ClickHouse DB::Exception: Cannot read from file descriptor

The "DB::Exception: Cannot read from file descriptor" error in ClickHouse signals a low-level failure when the server attempts to read data from an open file descriptor. This could be a data part file, a temporary file used during query processing, or even a pipe. The error code associated with this issue is CANNOT_READ_FROM_FILE_DESCRIPTOR, and it usually points to an underlying operating system or storage problem rather than a query logic mistake.

Impact

When this error occurs, you can expect:

Active queries that depend on the affected file to fail immediately
Potential inability to read specific table parts, making some data temporarily inaccessible
Degraded performance if ClickHouse retries operations or marks parts as broken
In replicated setups, the affected replica may fall behind while it attempts recovery

Common Causes

Corrupted or truncated data files on disk, often caused by an unclean shutdown or hardware failure
The file descriptor limit (ulimit -n) has been exhausted, preventing new file opens or causing existing descriptors to behave unexpectedly
Underlying storage device errors such as bad sectors, failed NVMe drives, or unresponsive network-attached storage
A filesystem mounted in read-only mode due to detected errors (e.g., ext4 remounting as read-only after journal failure)
File deleted or moved by an external process while ClickHouse still held it open
Kernel-level I/O errors reported via dmesg, especially on systems with degraded RAID arrays

Troubleshooting and Resolution Steps

Check system logs for I/O errors:
```
dmesg | grep -i "error\|fault\|i/o"
journalctl -u clickhouse-server --since "1 hour ago"
```
Look for any disk or filesystem errors that coincide with the ClickHouse exception.

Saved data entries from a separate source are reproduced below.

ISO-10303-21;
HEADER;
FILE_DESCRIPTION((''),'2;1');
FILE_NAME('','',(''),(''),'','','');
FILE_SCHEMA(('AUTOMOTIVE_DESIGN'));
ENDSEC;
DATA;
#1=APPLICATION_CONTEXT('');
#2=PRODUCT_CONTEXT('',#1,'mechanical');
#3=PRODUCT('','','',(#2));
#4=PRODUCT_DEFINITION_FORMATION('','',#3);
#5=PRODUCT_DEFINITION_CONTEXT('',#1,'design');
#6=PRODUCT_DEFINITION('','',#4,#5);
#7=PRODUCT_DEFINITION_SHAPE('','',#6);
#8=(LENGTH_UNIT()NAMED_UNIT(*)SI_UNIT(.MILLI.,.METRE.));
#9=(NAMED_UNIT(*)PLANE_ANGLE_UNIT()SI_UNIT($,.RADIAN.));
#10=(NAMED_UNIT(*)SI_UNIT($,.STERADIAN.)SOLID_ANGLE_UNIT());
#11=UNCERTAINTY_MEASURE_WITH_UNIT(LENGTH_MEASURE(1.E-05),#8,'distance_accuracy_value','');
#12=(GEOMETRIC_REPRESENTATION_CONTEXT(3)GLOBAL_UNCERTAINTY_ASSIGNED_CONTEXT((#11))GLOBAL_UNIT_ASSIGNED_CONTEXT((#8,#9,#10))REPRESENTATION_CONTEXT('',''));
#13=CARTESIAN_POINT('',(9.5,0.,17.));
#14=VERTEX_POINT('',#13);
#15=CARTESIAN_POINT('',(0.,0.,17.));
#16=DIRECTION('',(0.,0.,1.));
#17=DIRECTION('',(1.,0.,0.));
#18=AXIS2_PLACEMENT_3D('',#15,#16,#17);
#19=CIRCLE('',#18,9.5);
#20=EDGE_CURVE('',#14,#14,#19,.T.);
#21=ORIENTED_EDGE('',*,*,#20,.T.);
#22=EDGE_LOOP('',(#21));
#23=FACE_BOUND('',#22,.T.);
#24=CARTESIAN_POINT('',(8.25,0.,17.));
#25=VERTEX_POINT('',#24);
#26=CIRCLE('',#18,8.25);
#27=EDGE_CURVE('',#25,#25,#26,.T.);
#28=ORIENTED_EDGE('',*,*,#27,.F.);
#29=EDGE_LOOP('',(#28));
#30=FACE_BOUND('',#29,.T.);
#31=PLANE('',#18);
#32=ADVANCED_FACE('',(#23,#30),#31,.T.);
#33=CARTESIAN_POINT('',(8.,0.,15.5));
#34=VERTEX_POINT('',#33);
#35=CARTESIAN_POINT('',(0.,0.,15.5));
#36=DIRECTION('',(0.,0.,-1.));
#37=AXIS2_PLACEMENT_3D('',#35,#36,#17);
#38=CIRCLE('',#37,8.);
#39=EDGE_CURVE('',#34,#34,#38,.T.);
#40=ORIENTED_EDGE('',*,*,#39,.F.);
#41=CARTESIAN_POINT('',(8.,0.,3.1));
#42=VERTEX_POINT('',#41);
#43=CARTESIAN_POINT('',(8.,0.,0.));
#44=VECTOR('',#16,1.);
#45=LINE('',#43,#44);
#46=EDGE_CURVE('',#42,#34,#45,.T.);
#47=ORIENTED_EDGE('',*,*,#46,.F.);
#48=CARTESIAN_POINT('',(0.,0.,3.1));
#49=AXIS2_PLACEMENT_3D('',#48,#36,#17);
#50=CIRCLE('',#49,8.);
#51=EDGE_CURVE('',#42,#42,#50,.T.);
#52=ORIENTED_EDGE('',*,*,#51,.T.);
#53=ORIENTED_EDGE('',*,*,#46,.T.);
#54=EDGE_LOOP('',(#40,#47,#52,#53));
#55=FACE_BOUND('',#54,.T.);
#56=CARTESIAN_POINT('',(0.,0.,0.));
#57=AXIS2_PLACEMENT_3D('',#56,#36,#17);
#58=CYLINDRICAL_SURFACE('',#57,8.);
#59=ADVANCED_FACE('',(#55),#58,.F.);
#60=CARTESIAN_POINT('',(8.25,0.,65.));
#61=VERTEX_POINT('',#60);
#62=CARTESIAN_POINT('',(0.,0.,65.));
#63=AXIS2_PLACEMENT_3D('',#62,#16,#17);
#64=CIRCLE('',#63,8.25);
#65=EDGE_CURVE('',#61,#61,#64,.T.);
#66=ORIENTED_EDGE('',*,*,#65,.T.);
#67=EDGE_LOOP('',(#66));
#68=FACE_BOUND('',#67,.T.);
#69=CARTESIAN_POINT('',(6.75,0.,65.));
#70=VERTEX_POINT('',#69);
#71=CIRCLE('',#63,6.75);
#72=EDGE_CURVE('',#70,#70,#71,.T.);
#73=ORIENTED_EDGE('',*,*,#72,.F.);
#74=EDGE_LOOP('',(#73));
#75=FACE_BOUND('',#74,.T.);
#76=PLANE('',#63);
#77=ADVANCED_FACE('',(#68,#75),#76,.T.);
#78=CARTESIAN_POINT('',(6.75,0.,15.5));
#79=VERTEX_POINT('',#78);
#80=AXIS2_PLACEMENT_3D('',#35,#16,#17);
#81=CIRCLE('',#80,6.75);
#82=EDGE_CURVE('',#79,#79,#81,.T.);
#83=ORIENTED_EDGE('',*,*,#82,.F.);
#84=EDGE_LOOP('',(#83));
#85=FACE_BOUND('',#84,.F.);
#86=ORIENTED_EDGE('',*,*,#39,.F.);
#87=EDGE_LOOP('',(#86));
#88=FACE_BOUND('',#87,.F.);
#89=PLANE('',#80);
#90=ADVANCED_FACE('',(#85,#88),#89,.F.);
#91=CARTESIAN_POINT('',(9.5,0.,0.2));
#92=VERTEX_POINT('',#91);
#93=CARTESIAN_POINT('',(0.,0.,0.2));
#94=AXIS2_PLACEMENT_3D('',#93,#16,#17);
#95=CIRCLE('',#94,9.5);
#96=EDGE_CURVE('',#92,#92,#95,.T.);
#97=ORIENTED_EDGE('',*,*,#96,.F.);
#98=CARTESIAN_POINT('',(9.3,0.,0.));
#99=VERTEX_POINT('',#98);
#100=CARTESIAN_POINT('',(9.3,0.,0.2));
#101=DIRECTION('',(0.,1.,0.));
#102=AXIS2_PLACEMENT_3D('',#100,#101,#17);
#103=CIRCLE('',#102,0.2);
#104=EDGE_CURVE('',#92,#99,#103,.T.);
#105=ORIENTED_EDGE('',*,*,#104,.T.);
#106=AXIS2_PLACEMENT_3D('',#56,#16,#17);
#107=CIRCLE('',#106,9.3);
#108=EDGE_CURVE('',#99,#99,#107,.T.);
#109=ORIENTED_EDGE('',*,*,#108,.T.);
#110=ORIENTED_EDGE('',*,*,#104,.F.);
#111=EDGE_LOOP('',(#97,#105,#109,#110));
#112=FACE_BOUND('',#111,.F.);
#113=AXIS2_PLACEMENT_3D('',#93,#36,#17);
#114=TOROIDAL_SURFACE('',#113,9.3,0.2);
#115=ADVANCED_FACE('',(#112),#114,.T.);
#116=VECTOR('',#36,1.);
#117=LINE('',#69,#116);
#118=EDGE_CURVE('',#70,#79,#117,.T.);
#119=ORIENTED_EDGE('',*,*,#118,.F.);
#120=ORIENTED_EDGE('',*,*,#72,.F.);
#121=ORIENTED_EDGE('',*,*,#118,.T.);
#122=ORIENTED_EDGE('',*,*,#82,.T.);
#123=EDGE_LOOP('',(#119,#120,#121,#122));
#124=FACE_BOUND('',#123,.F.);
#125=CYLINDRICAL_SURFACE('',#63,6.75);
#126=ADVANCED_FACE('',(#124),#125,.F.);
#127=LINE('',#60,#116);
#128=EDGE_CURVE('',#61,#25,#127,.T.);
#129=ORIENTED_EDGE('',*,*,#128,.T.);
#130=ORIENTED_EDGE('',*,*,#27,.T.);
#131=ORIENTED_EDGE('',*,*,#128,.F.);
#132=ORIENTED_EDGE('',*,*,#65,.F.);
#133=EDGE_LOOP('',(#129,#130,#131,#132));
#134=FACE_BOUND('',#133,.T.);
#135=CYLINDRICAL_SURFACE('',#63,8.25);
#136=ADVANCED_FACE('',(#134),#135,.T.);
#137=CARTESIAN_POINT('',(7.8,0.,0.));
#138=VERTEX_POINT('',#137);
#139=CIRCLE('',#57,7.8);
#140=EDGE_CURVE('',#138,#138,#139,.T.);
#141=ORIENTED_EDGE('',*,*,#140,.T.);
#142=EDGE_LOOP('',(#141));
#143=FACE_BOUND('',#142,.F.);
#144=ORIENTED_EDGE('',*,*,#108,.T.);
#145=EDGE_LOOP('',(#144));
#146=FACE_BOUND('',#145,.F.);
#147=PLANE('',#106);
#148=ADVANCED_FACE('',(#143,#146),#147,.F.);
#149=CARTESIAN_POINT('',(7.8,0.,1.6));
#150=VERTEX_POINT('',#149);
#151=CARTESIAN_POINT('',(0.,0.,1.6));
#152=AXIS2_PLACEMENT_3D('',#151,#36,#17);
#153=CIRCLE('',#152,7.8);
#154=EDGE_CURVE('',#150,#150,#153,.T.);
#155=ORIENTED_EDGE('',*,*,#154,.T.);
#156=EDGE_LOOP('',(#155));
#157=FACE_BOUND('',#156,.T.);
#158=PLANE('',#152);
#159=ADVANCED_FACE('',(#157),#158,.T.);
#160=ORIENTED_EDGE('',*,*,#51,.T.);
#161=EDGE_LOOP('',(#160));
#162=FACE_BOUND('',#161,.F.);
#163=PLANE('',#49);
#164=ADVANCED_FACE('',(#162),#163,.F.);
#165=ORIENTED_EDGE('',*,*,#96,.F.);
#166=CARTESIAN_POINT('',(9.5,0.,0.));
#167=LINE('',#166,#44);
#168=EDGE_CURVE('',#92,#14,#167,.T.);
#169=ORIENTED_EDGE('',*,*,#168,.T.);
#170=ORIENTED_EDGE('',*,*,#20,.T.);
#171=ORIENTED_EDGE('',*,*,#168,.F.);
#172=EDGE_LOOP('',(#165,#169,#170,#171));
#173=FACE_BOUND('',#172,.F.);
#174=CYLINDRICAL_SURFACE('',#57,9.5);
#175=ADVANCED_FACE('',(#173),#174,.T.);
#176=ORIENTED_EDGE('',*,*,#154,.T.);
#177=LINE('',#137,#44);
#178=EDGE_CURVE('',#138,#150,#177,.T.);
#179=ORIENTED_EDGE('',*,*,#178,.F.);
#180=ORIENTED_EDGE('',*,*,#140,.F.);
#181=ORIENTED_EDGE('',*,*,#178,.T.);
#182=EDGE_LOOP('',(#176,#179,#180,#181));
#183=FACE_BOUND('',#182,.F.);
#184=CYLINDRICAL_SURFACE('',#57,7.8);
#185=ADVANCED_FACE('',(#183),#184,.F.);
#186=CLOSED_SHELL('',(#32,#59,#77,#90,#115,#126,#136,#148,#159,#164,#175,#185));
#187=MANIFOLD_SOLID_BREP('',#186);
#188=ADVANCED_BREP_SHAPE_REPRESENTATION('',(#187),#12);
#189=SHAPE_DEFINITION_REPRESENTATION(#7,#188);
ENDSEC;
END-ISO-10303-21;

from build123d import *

# Parameters (mm, degrees)
F0_R     = 9.5
F1_DEPTH = 65
F2_R     = 0.2
F3_R     = 9.5
F3_R_2   = 8.25
F4_DEPTH = 48
F5_R     = 7.8
F6_DEPTH = 1.6
F7_T     = -1.5


with BuildPart() as f1:
    # F0 (on Top) → F1 (new body)
    with BuildSketch(Plane.XY):
        Circle(F0_R)
    extrude(amount=F1_DEPTH)

    # F2
    f2_edges = [f1.edges().sort_by_distance(p)[0] for p in [
        (-9.5, 0, 0),
    ]]
    fillet(f2_edges, radius=F2_R)

    # F3 (on face) → F4 (cut)
    with BuildSketch(Plane.XY.offset(65)):
        Circle(F3_R)
        Circle(F3_R_2, mode=Mode.SUBTRACT)
    extrude(amount=-F4_DEPTH, mode=Mode.SUBTRACT)

    # F5 (on face) → F6 (cut)
    with BuildSketch(Plane(origin=(0, 0, 0), x_dir=(1, 0, 0), z_dir=(0, 0, -1))):
        Circle(F5_R)
    extrude(amount=-F6_DEPTH, mode=Mode.SUBTRACT)

    # F7
    f7_openings = [f1.faces().sort_by_distance(p)[0] for p in [
        (0, 0, 65),
    ]]
    offset(amount=F7_T, openings=f7_openings, kind=Kind.INTERSECTION)


solid = f1.part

Verify file descriptor limits:

cat /proc/$(pidof clickhouse-server)/limits | grep "open files"
ls /proc/$(pidof clickhouse-server)/fd | wc -l

If the current count is close to the limit, raise the limit in /etc/security/limits.conf or the systemd unit file:

[Service]
LimitNOFILE=500000

Check filesystem health:
```
df -h /var/lib/clickhouse
mount | grep $(df /var/lib/clickhouse --output=source | tail -1)
```
Confirm the filesystem is mounted read-write and has available space.

Inspect ClickHouse data integrity:

SELECT name, active, bytes_on_disk
FROM system.parts
WHERE database = 'your_db' AND table = 'your_table'
ORDER BY modification_time DESC;

Look for parts with anomalous sizes or broken parts logged in system.part_log.

Run a filesystem check if possible: Schedule a filesystem check during a maintenance window if you suspect corruption. For ext4:
```
sudo e2fsck -f /dev/sdX
```
Restart ClickHouse server after resolving the underlying issue. ClickHouse will attempt to recover and re-attach healthy parts on startup.

Best Practices

Set generous file descriptor limits (at least 100,000) for the ClickHouse process, especially in production environments
Use reliable storage with redundancy (RAID 10, replicated cloud volumes) to minimize the risk of read failures
Monitor disk health proactively using SMART tools and alerting on early warning signs
Enable ClickHouse's built-in data checksumming to detect corruption early
Keep backups current so you can restore parts that become unreadable
Avoid running external tools that modify or delete files in the ClickHouse data directory

Frequently Asked Questions

Q: Does this error always mean my disk is failing?
A: Not necessarily. While disk failure is one cause, exhausted file descriptors, filesystem remounts, or external processes interfering with data files can all trigger this error. Check system logs to narrow down the root cause.

Q: Can I recover data after seeing this error?
A: In most cases, yes. If the table uses ReplicatedMergeTree, the affected replica can re-fetch the corrupted part from another replica. For non-replicated tables, you may need to restore from a backup or detach the broken part.

Q: How do I find which file caused the error?
A: The ClickHouse error log typically includes the file path or descriptor number. Check /var/log/clickhouse-server/clickhouse-server.err.log for the full stack trace and file details.

Q: Will increasing file descriptor limits prevent this error?
A: It will prevent the subset of cases where descriptor exhaustion is the root cause. If the problem is disk corruption or hardware failure, raising limits alone won't help.